MVRDV Grabs Top Spot in Chengdu for Cultural Center and Offices

MVRDV’S Competition-Winning Design For Tianfu Software Park

MVRDV emerged victorious in the competition to craft two structures within Chengdu’s Tianfu Software Park, featuring a striking 150-meter-tall tower that stands as the focal point of the campus. One corner of this tower houses a full-height atrium adorned with lush cascading greenery, integral to the building’s climate and ventilation system. Additionally, MVRDV’s design extends to a four-story cultural center on the campus, encompassing an art museum, conference hall, library, and exhibition space. The cultural center boasts a faceted sloping form that encourages visitors to explore its green roof and terraced interior.

MVRDV

© ATCHAIN / MVRDV

Chengdu High-Tech Investment Group spearheads the project’s development, set to house companies specializing in 5G, AI, big data, Satellite Internet, and other high-tech domains. Positioned in the southeast of Chengdu, the site rests on the cusp of the city’s urban expansion and a hilly rural expanse. This juncture between urban and natural landscapes and the Chengdu government’s “park city” initiative is a pivotal point of origin for the design.

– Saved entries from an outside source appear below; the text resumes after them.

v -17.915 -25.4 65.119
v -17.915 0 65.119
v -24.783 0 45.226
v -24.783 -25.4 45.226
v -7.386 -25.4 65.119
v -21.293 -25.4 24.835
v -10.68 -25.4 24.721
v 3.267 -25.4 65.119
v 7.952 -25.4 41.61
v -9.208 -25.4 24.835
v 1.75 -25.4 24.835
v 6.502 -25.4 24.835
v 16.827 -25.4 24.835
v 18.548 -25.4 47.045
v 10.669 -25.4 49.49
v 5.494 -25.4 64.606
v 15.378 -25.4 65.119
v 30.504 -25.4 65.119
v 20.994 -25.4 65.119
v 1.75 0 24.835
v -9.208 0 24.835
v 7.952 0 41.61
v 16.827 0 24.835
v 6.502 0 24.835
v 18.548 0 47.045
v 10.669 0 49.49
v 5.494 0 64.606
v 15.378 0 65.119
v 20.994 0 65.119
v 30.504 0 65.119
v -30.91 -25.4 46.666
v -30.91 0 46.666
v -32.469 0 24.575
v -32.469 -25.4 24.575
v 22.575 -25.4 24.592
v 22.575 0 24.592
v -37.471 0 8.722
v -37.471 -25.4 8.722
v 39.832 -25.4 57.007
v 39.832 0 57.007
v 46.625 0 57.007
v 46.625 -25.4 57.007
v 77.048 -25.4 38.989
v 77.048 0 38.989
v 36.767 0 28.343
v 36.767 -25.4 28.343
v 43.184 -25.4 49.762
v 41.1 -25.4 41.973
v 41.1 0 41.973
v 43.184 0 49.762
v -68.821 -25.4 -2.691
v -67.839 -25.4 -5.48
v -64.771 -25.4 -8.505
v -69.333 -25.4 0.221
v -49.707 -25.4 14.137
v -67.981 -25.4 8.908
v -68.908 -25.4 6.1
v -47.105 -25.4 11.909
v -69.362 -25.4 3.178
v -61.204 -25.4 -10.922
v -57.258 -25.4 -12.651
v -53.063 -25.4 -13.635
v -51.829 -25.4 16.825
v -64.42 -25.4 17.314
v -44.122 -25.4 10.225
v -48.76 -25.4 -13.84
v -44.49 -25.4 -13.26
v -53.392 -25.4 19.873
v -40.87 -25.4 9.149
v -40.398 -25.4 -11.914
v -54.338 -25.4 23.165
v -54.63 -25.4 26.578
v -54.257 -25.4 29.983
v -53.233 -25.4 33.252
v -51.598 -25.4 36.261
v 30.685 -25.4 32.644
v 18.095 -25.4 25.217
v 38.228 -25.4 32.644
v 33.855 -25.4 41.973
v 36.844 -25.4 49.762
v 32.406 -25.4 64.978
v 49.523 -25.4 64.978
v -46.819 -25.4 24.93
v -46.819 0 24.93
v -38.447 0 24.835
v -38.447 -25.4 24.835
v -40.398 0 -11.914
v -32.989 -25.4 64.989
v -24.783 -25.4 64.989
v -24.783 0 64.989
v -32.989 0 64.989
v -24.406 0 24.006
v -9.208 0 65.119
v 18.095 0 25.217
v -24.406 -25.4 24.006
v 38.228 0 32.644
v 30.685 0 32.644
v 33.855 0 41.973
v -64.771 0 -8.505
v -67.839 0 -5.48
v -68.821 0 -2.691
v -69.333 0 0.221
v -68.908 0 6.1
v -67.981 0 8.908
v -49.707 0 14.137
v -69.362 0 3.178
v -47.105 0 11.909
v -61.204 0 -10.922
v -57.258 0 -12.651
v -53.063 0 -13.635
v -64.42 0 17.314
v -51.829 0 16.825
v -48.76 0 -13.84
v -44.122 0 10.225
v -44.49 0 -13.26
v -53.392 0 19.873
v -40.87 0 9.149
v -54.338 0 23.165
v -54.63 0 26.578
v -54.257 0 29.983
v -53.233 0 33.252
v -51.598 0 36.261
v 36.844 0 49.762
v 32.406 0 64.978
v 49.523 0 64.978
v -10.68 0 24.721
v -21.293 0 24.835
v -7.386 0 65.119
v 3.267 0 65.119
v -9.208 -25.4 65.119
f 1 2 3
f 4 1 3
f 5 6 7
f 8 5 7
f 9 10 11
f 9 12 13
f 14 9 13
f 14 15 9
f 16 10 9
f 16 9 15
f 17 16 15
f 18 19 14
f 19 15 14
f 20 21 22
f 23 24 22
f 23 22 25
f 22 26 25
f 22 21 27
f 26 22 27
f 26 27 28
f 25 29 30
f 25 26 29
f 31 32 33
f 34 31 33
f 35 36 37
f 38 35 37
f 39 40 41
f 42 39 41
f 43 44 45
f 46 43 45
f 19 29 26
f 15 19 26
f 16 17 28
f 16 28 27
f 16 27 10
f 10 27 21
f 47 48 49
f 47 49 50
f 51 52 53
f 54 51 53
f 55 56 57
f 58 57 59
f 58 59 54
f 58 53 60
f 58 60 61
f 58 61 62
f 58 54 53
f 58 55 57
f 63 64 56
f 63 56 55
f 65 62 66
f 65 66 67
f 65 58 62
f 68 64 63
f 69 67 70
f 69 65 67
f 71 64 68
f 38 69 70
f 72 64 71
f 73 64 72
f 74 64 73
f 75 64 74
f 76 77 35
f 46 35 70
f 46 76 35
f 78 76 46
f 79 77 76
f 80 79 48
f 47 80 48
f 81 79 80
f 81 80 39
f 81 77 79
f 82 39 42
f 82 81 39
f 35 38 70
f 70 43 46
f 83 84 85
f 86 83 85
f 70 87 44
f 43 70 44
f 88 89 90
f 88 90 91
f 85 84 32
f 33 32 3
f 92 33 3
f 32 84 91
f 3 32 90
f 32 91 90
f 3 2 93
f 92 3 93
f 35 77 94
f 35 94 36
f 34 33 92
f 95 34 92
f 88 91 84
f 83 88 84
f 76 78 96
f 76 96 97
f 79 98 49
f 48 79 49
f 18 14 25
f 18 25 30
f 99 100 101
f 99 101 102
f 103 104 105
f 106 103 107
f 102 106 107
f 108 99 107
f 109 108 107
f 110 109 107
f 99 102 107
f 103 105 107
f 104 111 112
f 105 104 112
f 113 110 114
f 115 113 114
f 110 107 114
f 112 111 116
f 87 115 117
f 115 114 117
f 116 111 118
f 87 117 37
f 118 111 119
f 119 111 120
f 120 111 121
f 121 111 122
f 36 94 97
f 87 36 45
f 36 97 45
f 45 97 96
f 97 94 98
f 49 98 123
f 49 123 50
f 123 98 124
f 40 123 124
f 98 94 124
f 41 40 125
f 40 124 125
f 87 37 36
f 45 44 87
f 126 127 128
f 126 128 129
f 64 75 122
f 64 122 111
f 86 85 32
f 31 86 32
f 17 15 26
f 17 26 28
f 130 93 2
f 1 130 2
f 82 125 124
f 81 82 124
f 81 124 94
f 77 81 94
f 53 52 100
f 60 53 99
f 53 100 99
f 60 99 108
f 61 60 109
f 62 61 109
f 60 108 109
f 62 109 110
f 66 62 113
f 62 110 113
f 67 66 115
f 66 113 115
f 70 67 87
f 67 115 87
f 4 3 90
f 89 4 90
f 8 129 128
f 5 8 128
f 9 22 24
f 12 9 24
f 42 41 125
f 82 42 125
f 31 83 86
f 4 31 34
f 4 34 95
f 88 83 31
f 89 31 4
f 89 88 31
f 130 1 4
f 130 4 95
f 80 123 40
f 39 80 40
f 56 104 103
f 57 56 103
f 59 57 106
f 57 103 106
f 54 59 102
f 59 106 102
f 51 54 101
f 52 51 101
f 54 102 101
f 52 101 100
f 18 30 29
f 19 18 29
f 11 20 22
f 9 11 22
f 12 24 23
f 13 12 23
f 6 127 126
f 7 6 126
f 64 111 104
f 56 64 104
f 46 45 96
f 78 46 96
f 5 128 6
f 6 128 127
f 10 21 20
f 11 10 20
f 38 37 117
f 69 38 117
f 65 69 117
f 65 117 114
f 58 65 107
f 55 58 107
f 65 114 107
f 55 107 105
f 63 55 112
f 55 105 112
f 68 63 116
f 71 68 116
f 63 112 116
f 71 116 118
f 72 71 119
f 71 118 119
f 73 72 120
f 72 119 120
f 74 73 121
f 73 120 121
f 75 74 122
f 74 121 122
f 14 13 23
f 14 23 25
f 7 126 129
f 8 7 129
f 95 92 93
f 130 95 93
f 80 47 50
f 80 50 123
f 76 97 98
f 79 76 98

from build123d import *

# Parameters (mm, degrees)
F1_DEPTH = 25.4


with BuildPart() as f1:
    # F0 (on Front) → F1 (new body)
    with BuildSketch(Plane.XZ):
        Polygon((-46.818859, 24.929805), (-38.446698, 24.834873), (-30.909639, 46.666358), (-32.46903, 24.574976), (-24.406482, 24.005855), (-9.208106, 65.119155), (-17.914709, 65.119155), (-24.782718, 45.22561), (-24.782718, 64.989209), (-32.988828, 64.989209), align=None)
        Polygon((-7.385723, 65.119155), (-21.293391, 24.834873), (-10.680018, 24.720814), (3.267027, 65.119155), align=None)
        Polygon((5.494137, 64.60608), (-9.208106, 24.834873), (1.750091, 24.834873), (7.951523, 41.610438), (6.502392, 24.834873), (16.827447, 24.834873), (18.548289, 47.044676), (30.503614, 65.119155), (20.993697, 65.119155), (10.668642, 49.490087), (15.378317, 65.119155), align=None)
        Polygon((22.575105, 24.591815), (36.766838, 28.342584), (38.228463, 32.64394), (30.684758, 32.64394), (33.85473, 41.972719), (41.100383, 41.972719), (43.183509, 49.761795), (36.843564, 49.761795), (39.832395, 57.007447), (46.625193, 57.007447), (49.523454, 64.977668), (32.4056, 64.977668), (18.095437, 25.217149), align=None)
        with BuildLine():
            Line((-40.397573, -11.914296), (77.047856, 38.988556))
            Line((77.047856, 38.988556), (36.766838, 28.342584))
            Line((36.766838, 28.342584), (22.575105, 24.591815))
            Line((22.575105, 24.591815), (-37.471491, 8.721948))
            ThreePointArc((-37.471491, 8.721948), (-52.68486, 18.311033), (-51.597945, 36.261402))
            Line((-51.597945, 36.261402), (-64.41962, 17.313818))
            Line((-64.41962, 17.313818), (-67.981198, 8.908497))
            ThreePointArc((-67.981198, 8.908497), (-69.408435, 1.699277), (-67.838736, -5.480271))
            ThreePointArc((-67.838736, -5.480271), (-55.182961, -13.23869), (-40.397573, -11.914296))
        make_face()
    extrude(amount=F1_DEPTH)


solid = f1.part
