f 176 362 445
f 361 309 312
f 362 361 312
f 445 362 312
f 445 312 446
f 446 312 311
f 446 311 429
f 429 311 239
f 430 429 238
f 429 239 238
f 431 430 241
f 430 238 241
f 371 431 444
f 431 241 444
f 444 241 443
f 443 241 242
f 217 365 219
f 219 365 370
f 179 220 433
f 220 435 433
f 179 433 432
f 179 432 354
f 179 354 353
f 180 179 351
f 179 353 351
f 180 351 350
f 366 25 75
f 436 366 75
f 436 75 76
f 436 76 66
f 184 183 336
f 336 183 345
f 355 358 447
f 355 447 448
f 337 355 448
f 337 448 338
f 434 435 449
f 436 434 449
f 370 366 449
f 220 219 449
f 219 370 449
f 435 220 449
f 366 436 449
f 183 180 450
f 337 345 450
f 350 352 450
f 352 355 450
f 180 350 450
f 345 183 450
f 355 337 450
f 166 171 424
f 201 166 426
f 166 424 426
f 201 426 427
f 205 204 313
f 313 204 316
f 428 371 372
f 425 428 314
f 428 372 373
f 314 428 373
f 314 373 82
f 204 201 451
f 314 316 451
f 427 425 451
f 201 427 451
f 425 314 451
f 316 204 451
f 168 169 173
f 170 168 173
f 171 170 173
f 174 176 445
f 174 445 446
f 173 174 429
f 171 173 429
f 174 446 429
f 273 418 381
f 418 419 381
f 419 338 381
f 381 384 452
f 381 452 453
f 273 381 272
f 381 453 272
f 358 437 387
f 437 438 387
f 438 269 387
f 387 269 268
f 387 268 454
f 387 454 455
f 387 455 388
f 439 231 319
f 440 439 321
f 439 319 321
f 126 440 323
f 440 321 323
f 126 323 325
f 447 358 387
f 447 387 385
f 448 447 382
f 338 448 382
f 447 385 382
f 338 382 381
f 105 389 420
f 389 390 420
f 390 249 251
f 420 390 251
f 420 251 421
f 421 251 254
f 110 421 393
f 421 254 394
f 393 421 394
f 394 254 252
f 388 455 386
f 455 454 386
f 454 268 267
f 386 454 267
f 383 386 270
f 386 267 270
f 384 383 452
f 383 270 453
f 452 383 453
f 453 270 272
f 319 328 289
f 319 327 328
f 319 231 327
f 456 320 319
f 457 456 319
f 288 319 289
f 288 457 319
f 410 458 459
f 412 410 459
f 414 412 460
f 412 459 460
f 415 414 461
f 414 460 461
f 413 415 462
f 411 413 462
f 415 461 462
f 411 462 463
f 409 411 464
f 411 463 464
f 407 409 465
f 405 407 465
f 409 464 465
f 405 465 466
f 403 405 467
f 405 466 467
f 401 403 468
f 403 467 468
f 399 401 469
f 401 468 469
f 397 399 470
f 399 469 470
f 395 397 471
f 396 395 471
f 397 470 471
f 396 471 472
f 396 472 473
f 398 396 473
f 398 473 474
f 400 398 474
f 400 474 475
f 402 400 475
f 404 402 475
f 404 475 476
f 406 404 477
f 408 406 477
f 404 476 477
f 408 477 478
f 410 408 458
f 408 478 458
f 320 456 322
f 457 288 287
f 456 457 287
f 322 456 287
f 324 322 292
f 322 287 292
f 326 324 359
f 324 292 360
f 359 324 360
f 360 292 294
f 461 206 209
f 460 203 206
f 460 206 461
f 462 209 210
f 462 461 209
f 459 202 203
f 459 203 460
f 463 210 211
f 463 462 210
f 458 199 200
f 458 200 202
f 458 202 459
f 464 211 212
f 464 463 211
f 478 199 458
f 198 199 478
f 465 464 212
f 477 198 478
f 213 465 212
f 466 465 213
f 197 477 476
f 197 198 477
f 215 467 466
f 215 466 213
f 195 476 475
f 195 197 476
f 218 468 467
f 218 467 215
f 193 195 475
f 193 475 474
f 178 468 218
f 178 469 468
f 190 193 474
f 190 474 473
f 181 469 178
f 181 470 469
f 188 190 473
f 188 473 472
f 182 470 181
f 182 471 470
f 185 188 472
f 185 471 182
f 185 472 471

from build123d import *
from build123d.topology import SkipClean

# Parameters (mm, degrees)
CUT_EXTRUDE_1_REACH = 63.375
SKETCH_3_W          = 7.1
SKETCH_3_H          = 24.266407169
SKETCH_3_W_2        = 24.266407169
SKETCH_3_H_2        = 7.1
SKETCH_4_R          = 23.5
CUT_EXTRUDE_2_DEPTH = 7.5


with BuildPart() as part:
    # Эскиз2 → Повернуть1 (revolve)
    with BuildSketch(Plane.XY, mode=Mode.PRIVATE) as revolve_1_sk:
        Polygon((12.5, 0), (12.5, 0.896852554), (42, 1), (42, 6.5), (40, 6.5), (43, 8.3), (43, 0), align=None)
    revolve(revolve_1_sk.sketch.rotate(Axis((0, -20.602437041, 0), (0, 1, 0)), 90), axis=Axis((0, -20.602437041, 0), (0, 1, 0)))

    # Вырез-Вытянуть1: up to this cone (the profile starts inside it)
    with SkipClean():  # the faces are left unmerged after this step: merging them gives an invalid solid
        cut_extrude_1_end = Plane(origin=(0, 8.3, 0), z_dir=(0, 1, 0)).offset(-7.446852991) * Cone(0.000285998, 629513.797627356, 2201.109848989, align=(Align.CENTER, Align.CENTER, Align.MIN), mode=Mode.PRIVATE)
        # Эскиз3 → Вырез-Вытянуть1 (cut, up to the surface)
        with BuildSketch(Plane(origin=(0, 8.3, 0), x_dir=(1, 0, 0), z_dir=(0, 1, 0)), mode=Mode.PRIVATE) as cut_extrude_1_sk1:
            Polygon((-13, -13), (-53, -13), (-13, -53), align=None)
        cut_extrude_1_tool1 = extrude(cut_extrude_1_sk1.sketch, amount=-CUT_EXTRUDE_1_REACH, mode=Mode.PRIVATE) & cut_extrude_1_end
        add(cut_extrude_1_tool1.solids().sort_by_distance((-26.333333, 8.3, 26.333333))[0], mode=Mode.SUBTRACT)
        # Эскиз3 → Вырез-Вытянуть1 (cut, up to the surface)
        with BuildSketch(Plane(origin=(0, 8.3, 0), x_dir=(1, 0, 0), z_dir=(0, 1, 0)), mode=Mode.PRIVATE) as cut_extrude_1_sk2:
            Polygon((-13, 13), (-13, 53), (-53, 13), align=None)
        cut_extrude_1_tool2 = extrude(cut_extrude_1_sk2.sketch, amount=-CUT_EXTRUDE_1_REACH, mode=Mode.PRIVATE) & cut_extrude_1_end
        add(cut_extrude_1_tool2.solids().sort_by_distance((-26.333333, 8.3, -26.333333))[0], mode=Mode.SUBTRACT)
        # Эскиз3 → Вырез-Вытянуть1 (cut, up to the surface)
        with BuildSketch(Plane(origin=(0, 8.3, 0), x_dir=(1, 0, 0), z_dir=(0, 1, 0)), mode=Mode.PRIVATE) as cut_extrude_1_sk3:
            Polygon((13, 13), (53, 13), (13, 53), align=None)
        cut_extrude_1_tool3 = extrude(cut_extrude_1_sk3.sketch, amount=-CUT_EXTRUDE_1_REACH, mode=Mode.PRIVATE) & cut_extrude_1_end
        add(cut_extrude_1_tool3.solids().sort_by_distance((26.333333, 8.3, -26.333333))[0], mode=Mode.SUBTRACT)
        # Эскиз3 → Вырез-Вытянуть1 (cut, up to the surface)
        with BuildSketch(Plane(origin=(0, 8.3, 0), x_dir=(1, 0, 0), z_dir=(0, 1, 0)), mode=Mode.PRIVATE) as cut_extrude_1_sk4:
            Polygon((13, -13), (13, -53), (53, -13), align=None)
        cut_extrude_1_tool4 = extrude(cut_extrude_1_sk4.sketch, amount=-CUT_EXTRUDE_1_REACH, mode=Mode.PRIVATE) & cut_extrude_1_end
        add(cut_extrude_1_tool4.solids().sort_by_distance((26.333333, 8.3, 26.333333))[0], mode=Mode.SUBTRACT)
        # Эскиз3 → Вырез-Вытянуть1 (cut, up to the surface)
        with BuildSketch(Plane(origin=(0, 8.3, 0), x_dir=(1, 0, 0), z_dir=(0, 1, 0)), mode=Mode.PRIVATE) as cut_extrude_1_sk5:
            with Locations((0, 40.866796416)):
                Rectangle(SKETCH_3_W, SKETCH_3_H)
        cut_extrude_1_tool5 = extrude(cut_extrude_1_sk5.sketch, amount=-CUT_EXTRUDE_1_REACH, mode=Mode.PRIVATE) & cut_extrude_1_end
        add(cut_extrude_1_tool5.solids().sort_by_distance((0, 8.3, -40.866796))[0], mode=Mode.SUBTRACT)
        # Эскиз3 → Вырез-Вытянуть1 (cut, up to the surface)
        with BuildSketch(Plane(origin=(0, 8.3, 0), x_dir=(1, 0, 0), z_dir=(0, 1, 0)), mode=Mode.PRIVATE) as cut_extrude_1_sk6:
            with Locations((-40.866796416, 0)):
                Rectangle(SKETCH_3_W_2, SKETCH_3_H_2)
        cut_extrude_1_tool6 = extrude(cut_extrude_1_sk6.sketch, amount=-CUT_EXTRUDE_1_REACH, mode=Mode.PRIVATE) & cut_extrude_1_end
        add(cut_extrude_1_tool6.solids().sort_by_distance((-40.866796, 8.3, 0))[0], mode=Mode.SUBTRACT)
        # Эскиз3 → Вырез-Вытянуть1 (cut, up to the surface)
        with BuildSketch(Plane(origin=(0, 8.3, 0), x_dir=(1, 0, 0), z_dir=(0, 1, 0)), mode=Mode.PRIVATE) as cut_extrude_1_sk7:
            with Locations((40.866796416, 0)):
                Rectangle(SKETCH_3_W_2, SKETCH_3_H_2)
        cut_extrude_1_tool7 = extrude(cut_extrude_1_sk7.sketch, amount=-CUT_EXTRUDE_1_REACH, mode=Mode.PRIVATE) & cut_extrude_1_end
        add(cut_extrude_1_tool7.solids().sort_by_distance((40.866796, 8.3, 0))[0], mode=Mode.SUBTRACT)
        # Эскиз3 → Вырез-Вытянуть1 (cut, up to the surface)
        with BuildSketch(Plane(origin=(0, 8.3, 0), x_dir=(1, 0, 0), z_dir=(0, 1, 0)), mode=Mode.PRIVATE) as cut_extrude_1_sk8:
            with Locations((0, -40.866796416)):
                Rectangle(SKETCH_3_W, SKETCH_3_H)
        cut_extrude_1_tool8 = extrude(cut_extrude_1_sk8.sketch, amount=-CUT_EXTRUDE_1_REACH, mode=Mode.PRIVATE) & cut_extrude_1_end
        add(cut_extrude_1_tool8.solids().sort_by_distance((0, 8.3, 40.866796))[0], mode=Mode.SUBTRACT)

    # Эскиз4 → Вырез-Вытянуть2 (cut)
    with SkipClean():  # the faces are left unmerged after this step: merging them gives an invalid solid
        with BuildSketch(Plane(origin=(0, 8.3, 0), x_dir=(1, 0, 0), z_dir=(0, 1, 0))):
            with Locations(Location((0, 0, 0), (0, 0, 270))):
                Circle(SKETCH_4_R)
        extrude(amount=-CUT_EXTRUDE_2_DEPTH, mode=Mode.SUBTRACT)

The concept introduces green elements that stretch from nearby green spaces into the buildings. This green feature extends upwards in the office tower, shaping the atrium. Simultaneously, the cultural center witnesses a proliferation of greenery over its roof.

MVRDV

© ATCHAIN / MVRDV

MVRDV has carefully shaped the office tower to enhance the efficiency of its floor plates and optimize panoramic views of the eastern mountains. The atrium is a semi-outdoor space, open at its base, where sweeping lines gradually blend with a shopping podium and are enclosed by a mesh façade. This architectural approach aligns with the building’s climate strategy, utilizing the atrium as a buffer zone that facilitates passive cross-ventilation through the mesh and openable panels in the opposite facades. This design minimizes solar gain within the office spaces and shades the terraces, thereby reducing the building’s cooling requirements and overall energy consumption.

MVRDV

© ATCHAIN / MVRDV

MVRDV designed the Culture Centre to fit the triangular shape of its site. They used a stepped arrangement to stack various programs and create terraces that face the park. A green roof with faceted triangular panels covers the inside of the terraces. This creates a semi-outdoor atrium space that extends over the interior spaces. MVRDV lifted panels at some points along the roof’s edges to make glazed clerestory windows. This allows daylight to penetrate the interior. The roof is a miniature park with public plazas, a continuous pathway, and many green planters. This extends the landscape on top of the sloping building.